29th Mayor of Windsor
- In office 1983–1985
- Preceded by: Bert Weeks
- Succeeded by: David Burr

Personal details
- Born: Elizabeth Eva Kishkon January 7, 1931 Oshawa, Ontario, Canada
- Died: August 29, 2018 (aged 87) Windsor, Ontario, Canada

= Elizabeth Kishkon =

Canadian politician (1931–2018)

Elizabeth Eva Kishkon (January 7, 1931 – August 29, 2018) was a Canadian politician, who served as the 29th mayor of the city of Windsor, Ontario, from 1983 to 1985. She was the first woman ever elected to the mayoralty of Windsor, and as of 2024, is currently the only woman ever elected mayor.

Born in Oshawa, Ontario, Kishkon grew up in London, England. As mayor, she hosted a royal visit to Windsor by Queen Elizabeth and Prince Philip in 1984.

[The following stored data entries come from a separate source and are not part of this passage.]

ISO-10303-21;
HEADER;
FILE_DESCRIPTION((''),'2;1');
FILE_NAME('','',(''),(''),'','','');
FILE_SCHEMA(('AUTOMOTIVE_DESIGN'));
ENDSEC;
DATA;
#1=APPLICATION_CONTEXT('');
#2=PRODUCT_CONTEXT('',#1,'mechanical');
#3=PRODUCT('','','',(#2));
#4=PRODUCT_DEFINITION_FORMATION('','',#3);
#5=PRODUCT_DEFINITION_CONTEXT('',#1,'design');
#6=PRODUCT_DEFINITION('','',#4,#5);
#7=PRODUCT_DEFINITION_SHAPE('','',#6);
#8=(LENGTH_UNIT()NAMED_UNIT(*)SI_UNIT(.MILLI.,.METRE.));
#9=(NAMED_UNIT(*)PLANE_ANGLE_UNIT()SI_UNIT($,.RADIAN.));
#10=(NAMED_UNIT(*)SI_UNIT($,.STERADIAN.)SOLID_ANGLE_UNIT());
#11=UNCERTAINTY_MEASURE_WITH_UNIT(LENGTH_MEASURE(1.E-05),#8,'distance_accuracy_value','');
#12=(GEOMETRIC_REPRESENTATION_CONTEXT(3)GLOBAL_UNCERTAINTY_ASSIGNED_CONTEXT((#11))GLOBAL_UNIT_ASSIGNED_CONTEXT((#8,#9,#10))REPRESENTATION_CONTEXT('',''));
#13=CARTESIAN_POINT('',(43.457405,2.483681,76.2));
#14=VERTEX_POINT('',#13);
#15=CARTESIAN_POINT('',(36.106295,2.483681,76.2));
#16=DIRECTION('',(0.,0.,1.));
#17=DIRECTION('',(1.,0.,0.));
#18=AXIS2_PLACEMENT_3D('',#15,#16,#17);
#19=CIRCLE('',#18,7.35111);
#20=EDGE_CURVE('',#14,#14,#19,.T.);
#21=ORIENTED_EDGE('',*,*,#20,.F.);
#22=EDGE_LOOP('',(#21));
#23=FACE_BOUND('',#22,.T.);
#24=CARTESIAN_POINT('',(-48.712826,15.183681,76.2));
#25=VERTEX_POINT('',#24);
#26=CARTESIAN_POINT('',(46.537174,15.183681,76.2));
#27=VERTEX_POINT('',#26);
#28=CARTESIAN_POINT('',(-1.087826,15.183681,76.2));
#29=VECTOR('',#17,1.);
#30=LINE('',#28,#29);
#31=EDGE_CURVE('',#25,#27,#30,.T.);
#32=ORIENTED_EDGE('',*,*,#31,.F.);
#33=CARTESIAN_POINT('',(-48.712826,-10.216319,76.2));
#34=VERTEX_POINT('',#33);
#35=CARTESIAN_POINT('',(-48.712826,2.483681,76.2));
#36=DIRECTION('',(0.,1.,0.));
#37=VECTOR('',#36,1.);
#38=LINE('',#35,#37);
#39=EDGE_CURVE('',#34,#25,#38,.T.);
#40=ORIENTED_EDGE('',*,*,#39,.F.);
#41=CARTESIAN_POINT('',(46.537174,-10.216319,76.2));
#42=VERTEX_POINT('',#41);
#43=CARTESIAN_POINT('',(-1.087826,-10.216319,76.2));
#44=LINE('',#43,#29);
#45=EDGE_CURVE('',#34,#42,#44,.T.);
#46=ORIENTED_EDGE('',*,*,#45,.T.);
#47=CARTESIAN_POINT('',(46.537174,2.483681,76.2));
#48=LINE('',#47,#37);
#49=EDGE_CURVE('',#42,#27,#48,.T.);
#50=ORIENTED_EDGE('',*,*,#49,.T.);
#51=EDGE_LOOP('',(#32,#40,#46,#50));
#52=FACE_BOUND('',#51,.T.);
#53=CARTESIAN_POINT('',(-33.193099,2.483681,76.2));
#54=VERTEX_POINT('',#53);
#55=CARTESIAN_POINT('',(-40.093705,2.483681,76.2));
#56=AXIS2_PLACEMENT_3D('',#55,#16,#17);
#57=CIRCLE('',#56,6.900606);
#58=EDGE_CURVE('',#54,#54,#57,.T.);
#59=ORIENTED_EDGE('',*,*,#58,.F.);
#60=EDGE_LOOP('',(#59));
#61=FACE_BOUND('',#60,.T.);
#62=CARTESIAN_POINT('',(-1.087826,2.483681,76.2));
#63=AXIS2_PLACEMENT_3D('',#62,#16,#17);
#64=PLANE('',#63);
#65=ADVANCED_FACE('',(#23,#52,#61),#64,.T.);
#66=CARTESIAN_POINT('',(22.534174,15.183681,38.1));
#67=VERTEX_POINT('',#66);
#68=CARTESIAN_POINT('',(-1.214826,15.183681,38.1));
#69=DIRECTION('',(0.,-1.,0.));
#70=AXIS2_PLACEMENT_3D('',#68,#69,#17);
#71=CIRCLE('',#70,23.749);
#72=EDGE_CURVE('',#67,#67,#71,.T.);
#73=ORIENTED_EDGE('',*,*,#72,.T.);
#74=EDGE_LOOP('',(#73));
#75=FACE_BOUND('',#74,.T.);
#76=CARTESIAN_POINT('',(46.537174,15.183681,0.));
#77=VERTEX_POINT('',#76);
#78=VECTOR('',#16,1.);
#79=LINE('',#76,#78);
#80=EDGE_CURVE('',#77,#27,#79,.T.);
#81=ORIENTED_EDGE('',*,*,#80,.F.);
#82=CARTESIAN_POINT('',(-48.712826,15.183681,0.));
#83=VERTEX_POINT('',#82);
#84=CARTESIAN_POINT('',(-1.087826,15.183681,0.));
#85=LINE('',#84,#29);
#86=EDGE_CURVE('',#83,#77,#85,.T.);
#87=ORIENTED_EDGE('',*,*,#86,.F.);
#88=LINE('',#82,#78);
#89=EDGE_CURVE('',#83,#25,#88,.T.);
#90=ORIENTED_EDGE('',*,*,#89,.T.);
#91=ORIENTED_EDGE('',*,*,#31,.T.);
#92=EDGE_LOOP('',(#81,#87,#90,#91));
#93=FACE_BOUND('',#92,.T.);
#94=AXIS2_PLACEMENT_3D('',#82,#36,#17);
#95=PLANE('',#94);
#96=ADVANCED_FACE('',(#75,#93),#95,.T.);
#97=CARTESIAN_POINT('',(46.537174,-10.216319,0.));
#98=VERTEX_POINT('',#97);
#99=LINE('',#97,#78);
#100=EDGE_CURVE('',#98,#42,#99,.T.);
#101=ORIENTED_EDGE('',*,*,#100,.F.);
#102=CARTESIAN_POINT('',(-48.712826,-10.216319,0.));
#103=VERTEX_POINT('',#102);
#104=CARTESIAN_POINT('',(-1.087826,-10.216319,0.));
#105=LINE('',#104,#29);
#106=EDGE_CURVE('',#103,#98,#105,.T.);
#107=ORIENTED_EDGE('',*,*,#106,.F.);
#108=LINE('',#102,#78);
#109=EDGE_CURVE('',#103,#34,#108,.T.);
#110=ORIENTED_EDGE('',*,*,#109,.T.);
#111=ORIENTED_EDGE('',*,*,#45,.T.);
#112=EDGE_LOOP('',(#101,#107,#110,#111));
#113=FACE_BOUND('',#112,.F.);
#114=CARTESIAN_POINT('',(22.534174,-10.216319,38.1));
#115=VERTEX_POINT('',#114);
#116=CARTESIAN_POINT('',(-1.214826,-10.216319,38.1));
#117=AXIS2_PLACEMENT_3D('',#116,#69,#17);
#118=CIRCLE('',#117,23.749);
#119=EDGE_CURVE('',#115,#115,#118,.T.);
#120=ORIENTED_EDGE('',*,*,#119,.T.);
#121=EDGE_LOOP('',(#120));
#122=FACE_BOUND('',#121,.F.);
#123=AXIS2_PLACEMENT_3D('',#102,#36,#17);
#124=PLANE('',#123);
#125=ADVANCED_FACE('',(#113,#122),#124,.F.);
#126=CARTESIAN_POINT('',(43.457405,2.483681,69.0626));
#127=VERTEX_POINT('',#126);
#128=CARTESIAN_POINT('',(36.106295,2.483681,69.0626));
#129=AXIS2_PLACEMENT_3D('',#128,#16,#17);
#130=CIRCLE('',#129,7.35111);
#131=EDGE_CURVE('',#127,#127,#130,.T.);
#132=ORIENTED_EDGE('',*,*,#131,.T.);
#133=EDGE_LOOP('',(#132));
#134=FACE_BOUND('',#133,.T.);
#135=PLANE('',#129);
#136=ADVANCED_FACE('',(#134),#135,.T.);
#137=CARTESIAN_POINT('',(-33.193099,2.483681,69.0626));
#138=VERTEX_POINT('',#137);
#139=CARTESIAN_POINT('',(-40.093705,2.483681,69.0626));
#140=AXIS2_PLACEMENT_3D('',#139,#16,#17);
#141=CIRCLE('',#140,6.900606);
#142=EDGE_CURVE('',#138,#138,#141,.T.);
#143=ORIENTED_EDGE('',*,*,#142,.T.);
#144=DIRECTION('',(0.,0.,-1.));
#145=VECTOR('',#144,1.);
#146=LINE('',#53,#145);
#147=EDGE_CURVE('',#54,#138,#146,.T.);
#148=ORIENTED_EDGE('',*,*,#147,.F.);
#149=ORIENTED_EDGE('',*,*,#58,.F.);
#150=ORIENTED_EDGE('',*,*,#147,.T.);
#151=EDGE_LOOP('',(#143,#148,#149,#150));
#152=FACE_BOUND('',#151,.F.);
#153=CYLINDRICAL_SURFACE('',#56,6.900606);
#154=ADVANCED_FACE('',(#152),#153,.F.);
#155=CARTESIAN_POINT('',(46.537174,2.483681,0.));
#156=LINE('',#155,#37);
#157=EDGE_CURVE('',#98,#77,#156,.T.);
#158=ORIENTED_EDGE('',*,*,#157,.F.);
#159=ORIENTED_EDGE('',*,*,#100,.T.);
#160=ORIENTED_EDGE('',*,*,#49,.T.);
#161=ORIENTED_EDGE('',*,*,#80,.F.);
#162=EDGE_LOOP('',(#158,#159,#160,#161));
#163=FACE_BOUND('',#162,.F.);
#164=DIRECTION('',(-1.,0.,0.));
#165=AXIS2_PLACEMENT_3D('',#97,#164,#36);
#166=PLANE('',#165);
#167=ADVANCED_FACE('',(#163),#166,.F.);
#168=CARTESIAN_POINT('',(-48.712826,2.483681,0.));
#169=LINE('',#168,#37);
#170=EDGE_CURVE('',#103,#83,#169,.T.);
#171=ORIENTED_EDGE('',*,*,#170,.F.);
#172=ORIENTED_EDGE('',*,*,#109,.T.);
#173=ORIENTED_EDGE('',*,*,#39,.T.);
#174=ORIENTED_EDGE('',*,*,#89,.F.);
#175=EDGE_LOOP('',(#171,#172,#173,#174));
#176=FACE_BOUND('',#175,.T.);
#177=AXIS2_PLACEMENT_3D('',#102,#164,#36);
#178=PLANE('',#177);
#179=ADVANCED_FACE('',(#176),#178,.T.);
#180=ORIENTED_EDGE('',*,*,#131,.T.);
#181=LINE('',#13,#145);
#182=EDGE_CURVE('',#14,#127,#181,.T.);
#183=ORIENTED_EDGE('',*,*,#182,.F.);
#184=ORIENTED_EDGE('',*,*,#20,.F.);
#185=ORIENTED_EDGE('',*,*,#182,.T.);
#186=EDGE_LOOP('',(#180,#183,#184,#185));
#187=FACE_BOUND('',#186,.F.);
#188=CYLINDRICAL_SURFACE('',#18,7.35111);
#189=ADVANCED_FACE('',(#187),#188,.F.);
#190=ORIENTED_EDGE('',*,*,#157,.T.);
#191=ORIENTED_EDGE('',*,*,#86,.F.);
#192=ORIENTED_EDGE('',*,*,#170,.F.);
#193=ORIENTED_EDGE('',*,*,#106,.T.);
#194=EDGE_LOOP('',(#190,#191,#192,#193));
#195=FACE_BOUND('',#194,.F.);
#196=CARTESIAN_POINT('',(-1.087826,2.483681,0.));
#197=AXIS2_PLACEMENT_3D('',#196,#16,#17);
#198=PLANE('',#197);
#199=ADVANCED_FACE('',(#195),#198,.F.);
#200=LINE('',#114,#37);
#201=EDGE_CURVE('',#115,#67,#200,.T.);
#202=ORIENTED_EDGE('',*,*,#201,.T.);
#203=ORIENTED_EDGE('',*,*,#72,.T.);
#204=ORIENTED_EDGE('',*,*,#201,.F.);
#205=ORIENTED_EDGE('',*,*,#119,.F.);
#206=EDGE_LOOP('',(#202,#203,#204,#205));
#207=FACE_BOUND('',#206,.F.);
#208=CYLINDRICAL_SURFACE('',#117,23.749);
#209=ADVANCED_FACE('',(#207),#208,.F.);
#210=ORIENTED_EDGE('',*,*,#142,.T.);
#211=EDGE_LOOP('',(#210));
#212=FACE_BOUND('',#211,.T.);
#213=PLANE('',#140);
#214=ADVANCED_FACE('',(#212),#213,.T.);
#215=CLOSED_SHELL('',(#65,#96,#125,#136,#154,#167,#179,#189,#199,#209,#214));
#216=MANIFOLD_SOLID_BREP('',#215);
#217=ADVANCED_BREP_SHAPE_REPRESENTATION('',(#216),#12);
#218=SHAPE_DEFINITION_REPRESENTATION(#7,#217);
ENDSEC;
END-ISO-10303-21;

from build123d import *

# Parameters (mm, degrees)
F0_W     = 95.25
F0_H     = 25.4
F1_DEPTH = 76.2
F2_R     = 7.35111
F2_R_2   = 6.900606
F3_DEPTH = 7.1374
F4_R     = 23.749
F5_DEPTH = 35.1103


with BuildPart() as f1:
    # F0 (on Top) → F1 (new body)
    with BuildSketch(Plane.XY):
        with Locations((-1.087826, 2.483681)):
            Rectangle(F0_W, F0_H)
    extrude(amount=F1_DEPTH)

    # F2 (on face) → F3 (cut)
    with BuildSketch(Plane.XY.offset(76.2)):
        with Locations((36.106295, 2.483681)):
            Circle(F2_R)
        with Locations((-40.093705, 2.483681)):
            Circle(F2_R_2)
    extrude(amount=-F3_DEPTH, mode=Mode.SUBTRACT)

    # F4 (on face) → F5 (cut)
    with BuildSketch(Plane.XZ.offset(10.216319)):
        with Locations((-1.214826, 38.1)):
            Circle(F4_R)
    extrude(amount=-F5_DEPTH, mode=Mode.SUBTRACT)


solid = f1.part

She was awarded an honorary LL.D. by the University of Windsor in 1986.

Federal New Democratic Party leader Ed Broadbent asked Kishkon to run as the NDP's candidate in Windsor West in the 1988 federal election. Kishkon refused, however, citing the fact that she did not want to run against Herb Gray.

She died in Windsor at the age of 87 in 2018.